EXTRACTED ENTRIES:

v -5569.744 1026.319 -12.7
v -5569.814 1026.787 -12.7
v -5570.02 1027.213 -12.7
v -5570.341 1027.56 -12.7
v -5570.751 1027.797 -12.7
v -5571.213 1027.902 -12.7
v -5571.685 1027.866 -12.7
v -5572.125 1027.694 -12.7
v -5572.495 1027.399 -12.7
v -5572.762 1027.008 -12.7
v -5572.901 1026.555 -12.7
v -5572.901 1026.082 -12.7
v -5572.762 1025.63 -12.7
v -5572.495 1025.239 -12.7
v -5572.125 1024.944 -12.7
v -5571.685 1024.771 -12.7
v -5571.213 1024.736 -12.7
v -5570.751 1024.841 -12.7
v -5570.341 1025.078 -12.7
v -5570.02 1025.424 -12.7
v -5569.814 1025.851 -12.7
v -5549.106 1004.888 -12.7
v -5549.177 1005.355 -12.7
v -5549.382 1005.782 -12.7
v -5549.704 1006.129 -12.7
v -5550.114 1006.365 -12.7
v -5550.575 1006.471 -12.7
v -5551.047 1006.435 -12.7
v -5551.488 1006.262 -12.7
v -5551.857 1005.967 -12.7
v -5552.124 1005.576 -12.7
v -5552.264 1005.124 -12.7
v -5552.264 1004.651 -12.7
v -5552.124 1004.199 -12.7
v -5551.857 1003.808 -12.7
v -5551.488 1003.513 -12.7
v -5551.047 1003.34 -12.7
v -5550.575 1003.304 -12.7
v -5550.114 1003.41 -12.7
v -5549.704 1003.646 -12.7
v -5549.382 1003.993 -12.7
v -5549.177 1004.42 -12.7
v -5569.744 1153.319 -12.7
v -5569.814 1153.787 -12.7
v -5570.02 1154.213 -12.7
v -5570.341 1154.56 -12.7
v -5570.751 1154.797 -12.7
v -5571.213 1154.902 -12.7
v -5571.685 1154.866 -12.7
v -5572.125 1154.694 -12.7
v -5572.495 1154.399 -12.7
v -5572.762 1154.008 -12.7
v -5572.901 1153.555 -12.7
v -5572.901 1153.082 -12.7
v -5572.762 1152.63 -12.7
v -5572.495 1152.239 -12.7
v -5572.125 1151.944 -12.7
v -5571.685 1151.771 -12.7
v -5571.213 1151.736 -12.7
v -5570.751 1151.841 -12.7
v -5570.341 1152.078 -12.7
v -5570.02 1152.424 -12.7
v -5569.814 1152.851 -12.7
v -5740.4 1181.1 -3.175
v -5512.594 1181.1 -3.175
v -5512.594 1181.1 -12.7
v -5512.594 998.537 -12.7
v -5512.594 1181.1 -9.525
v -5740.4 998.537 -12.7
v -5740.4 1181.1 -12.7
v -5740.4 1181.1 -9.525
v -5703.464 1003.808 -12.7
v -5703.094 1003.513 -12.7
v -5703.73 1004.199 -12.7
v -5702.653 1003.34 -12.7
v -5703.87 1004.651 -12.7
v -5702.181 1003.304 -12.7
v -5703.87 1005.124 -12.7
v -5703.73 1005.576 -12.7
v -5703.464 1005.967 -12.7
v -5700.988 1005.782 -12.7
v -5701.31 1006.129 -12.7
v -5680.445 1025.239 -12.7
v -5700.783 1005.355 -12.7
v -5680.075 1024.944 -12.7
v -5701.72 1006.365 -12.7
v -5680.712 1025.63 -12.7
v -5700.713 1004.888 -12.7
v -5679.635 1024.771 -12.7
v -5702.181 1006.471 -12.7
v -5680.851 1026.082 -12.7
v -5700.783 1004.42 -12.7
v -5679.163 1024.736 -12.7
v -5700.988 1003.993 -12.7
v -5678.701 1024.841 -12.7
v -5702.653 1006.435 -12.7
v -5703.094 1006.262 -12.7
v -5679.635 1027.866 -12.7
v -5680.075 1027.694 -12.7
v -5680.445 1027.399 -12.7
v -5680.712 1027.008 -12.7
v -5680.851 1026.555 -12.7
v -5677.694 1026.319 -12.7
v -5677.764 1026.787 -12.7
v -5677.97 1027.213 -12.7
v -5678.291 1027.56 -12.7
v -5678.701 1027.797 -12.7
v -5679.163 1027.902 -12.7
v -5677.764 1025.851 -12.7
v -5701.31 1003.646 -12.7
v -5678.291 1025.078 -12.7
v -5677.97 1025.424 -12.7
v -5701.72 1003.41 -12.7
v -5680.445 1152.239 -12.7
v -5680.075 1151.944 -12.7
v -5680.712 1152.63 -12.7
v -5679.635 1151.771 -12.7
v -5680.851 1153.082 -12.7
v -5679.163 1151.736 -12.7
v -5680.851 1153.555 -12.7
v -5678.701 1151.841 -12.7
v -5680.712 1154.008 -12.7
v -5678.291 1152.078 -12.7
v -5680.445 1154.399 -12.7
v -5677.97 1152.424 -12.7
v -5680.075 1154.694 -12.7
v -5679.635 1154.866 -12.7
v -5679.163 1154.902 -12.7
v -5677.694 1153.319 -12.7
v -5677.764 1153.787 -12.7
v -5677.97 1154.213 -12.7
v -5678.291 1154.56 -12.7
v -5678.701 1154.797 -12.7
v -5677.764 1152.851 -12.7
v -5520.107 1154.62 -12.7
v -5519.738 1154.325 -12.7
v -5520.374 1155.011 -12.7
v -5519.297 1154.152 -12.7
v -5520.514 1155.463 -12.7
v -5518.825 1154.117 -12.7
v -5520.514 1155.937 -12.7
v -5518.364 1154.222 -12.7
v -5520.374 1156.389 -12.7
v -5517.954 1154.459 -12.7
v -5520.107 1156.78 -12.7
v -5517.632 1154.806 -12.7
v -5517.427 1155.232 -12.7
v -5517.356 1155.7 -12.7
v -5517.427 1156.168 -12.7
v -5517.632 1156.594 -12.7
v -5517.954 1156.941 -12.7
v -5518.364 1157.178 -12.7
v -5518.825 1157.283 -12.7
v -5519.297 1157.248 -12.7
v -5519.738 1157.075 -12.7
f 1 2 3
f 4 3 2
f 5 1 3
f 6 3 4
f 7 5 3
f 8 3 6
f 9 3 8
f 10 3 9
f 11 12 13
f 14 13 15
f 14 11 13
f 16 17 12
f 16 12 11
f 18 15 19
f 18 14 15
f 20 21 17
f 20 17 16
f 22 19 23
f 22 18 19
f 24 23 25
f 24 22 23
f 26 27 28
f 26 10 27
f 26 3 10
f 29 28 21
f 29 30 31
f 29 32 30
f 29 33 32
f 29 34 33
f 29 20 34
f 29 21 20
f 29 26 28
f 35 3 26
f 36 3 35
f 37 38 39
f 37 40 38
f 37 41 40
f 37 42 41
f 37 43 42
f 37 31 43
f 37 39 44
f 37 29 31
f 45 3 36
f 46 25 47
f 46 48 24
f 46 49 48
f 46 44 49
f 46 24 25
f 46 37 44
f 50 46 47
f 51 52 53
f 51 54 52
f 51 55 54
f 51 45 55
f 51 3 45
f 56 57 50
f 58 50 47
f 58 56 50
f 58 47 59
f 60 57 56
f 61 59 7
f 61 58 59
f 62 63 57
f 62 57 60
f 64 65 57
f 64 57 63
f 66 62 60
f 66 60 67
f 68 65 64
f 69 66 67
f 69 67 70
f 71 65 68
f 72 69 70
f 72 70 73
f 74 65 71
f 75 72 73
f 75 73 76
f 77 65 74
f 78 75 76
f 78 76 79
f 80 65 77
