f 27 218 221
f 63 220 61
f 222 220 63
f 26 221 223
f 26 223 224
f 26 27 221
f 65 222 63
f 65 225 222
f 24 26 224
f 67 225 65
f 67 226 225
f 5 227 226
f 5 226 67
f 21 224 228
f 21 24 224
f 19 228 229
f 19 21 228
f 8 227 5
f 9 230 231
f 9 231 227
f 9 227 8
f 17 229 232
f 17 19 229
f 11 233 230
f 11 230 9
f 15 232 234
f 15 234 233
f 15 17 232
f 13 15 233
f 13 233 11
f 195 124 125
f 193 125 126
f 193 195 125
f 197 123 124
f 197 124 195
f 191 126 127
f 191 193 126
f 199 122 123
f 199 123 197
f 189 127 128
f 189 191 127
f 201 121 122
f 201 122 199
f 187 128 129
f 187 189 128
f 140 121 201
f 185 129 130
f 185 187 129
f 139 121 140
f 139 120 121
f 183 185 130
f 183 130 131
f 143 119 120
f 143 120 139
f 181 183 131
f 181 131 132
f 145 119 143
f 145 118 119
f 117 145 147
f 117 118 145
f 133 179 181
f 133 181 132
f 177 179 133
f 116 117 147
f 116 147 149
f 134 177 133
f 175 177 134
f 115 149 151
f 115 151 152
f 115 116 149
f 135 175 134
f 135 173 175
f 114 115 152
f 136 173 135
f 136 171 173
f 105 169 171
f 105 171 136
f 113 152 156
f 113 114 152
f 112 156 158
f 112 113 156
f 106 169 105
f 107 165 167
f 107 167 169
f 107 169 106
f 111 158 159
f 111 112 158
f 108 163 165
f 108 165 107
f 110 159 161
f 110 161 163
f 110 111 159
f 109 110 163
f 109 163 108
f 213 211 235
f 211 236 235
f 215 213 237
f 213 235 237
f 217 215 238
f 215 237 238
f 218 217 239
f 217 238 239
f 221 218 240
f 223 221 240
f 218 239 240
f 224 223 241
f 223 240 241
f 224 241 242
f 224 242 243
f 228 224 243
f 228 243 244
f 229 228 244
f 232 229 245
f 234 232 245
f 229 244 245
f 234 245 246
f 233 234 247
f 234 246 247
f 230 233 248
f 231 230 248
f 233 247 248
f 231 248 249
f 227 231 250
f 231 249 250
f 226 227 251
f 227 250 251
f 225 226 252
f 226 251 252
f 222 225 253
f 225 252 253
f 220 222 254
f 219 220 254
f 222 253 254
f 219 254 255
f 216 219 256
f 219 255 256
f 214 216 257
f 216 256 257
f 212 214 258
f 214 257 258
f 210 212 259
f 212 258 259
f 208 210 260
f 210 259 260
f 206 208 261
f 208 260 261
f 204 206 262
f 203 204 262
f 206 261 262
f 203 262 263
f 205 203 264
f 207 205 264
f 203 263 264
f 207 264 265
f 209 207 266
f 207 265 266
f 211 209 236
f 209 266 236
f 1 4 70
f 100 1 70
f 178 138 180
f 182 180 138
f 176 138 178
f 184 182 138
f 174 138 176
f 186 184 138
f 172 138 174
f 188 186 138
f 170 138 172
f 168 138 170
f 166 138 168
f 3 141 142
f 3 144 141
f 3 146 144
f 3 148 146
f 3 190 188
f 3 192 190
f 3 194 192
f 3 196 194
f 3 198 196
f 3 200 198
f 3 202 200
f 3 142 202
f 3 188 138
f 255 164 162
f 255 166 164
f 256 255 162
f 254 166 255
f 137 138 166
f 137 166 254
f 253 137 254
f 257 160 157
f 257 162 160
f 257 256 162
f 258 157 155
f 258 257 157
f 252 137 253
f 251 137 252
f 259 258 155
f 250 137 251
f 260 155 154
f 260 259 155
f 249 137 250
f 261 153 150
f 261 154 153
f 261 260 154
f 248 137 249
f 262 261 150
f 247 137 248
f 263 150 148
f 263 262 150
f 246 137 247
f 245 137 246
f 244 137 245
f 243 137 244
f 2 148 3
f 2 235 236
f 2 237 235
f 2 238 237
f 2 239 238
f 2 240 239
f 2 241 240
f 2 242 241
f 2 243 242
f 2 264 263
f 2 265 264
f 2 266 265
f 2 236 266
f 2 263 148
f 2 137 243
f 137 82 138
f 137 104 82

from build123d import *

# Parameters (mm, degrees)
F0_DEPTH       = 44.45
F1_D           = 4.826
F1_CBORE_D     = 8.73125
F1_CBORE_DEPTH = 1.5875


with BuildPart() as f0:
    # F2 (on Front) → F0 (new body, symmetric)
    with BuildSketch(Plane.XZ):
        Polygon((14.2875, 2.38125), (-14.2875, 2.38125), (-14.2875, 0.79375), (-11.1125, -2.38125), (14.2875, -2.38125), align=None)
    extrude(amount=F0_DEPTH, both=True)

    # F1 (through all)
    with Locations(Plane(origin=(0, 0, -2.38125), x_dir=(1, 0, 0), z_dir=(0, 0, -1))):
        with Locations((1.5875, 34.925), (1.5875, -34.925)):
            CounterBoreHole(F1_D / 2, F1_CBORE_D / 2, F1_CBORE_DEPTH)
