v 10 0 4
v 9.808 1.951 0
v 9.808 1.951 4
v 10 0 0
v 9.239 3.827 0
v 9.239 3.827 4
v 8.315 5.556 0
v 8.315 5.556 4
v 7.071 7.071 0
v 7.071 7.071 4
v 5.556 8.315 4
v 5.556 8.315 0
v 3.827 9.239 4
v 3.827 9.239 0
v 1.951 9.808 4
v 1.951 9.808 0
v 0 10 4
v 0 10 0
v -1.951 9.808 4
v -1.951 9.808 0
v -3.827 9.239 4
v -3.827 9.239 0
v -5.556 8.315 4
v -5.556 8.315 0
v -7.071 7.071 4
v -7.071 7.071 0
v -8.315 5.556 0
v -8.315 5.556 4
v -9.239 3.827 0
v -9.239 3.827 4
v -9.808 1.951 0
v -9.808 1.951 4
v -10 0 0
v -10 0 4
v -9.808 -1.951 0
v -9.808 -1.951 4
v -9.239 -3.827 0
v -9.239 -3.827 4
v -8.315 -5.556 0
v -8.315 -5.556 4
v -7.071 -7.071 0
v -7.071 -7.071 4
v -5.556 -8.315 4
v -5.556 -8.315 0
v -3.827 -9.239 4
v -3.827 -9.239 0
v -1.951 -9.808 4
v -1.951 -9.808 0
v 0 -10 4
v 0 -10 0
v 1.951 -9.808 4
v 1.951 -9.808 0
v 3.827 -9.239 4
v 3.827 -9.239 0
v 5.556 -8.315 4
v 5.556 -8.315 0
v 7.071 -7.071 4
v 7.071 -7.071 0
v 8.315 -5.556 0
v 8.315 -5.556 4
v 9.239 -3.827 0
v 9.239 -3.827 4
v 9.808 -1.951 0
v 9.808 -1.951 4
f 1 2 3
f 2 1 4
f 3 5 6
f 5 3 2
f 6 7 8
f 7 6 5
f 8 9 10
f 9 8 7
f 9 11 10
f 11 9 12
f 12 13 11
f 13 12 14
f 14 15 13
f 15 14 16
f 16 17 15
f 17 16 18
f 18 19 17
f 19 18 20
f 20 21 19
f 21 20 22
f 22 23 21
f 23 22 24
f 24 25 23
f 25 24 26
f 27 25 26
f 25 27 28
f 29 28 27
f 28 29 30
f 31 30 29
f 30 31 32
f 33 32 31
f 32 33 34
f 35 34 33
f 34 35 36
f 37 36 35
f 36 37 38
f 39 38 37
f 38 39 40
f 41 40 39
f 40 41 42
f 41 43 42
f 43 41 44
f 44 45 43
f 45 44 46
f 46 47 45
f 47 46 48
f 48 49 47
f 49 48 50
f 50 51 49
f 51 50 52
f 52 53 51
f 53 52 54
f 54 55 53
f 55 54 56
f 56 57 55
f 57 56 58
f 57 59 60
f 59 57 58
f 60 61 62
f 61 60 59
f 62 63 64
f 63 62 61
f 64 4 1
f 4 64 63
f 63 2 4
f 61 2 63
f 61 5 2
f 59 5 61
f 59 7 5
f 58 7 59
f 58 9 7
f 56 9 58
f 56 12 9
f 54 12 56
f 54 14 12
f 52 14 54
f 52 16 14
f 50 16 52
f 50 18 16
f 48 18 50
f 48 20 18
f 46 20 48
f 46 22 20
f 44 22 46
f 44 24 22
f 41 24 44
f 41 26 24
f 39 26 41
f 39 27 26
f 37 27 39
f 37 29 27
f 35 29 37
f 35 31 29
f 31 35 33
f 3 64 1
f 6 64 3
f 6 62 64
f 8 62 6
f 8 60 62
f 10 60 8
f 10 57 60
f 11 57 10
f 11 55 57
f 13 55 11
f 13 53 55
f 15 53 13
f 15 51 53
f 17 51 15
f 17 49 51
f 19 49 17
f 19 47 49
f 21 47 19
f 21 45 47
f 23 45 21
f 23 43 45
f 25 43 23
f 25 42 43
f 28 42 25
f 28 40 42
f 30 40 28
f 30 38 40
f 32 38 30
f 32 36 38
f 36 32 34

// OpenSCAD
module MKS_holder() {
    difference() {
        union() {
            cylinder(d=20, h=4, $fn=32);
        }
    }
}

MKS_holder();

EXERCISE INSTRUCTIONS: Please give an exact copy of the lines above, beginning with the line containing "f 9 231 227" and running through the line containing "f 232 229 245", and of no other lines.

REPLY TO THE EXERCISE:
f 9 231 227
f 9 227 8
f 17 229 232
f 17 19 229
f 11 233 230
f 11 230 9
f 15 232 234
f 15 234 233
f 15 17 232
f 13 15 233
f 13 233 11
f 195 124 125
f 193 125 126
f 193 195 125
f 197 123 124
f 197 124 195
f 191 126 127
f 191 193 126
f 199 122 123
f 199 123 197
f 189 127 128
f 189 191 127
f 201 121 122
f 201 122 199
f 187 128 129
f 187 189 128
f 140 121 201
f 185 129 130
f 185 187 129
f 139 121 140
f 139 120 121
f 183 185 130
f 183 130 131
f 143 119 120
f 143 120 139
f 181 183 131
f 181 131 132
f 145 119 143
f 145 118 119
f 117 145 147
f 117 118 145
f 133 179 181
f 133 181 132
f 177 179 133
f 116 117 147
f 116 147 149
f 134 177 133
f 175 177 134
f 115 149 151
f 115 151 152
f 115 116 149
f 135 175 134
f 135 173 175
f 114 115 152
f 136 173 135
f 136 171 173
f 105 169 171
f 105 171 136
f 113 152 156
f 113 114 152
f 112 156 158
f 112 113 156
f 106 169 105
f 107 165 167
f 107 167 169
f 107 169 106
f 111 158 159
f 111 112 158
f 108 163 165
f 108 165 107
f 110 159 161
f 110 161 163
f 110 111 159
f 109 110 163
f 109 163 108
f 213 211 235
f 211 236 235
f 215 213 237
f 213 235 237
f 217 215 238
f 215 237 238
f 218 217 239
f 217 238 239
f 221 218 240
f 223 221 240
f 218 239 240
f 224 223 241
f 223 240 241
f 224 241 242
f 224 242 243
f 228 224 243
f 228 243 244
f 229 228 244
f 232 229 245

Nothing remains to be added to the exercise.